When you see a small child scratching his or her bottom, what do you think of? Well, you should be thinking of threadworms that all children seem to get. The answer is always “a good worming.” Yes, we’ve all been down to the chemist shop and bought a packet of ‘worming’ tablets, haven’t we?
However, you should not imagine that ‘worms’ stops there. I can assure you that there are far more dangerous wrigglers out there in the community. And our sandy beaches are the habitat for some of them.

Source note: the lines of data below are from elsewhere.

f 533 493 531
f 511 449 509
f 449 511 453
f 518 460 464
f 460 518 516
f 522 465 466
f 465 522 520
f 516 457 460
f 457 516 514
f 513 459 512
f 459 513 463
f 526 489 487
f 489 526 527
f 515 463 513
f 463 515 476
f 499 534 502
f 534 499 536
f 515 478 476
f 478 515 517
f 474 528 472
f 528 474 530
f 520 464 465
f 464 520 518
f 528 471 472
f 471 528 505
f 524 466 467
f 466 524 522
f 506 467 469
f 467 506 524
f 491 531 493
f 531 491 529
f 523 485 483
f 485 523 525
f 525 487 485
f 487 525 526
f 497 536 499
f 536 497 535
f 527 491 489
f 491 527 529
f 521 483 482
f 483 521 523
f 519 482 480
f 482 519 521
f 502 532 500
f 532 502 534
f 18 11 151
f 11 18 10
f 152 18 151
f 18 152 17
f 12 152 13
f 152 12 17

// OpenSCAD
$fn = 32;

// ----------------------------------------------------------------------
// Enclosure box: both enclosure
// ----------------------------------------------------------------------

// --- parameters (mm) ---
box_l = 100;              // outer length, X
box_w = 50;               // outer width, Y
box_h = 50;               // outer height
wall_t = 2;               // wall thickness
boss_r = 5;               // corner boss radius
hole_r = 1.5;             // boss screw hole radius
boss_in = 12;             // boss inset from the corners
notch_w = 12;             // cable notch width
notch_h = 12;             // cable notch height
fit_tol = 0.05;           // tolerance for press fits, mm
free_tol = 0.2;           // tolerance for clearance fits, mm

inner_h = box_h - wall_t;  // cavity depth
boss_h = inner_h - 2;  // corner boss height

My friends laugh at me when they see me walking along the beach. Instead of letting the cool sand squish between my toes, I wear closed shoes. Does this mean I am a pedantic pedestrian? Or a member of a weird anti-sandal sect? Fortunately it is neither. I am just a trifle afraid of Ancylostoma duodenale. And so should you!
Ancylostoma duodenale is one of the two hookworms that can get their hooks into you (and me if I let them). The other is called Necator americanus. These little chaps are roundworms between 7 to 13 mm long and are far from rare. Approximately one-quarter of the world’s population is infected with Hookworm.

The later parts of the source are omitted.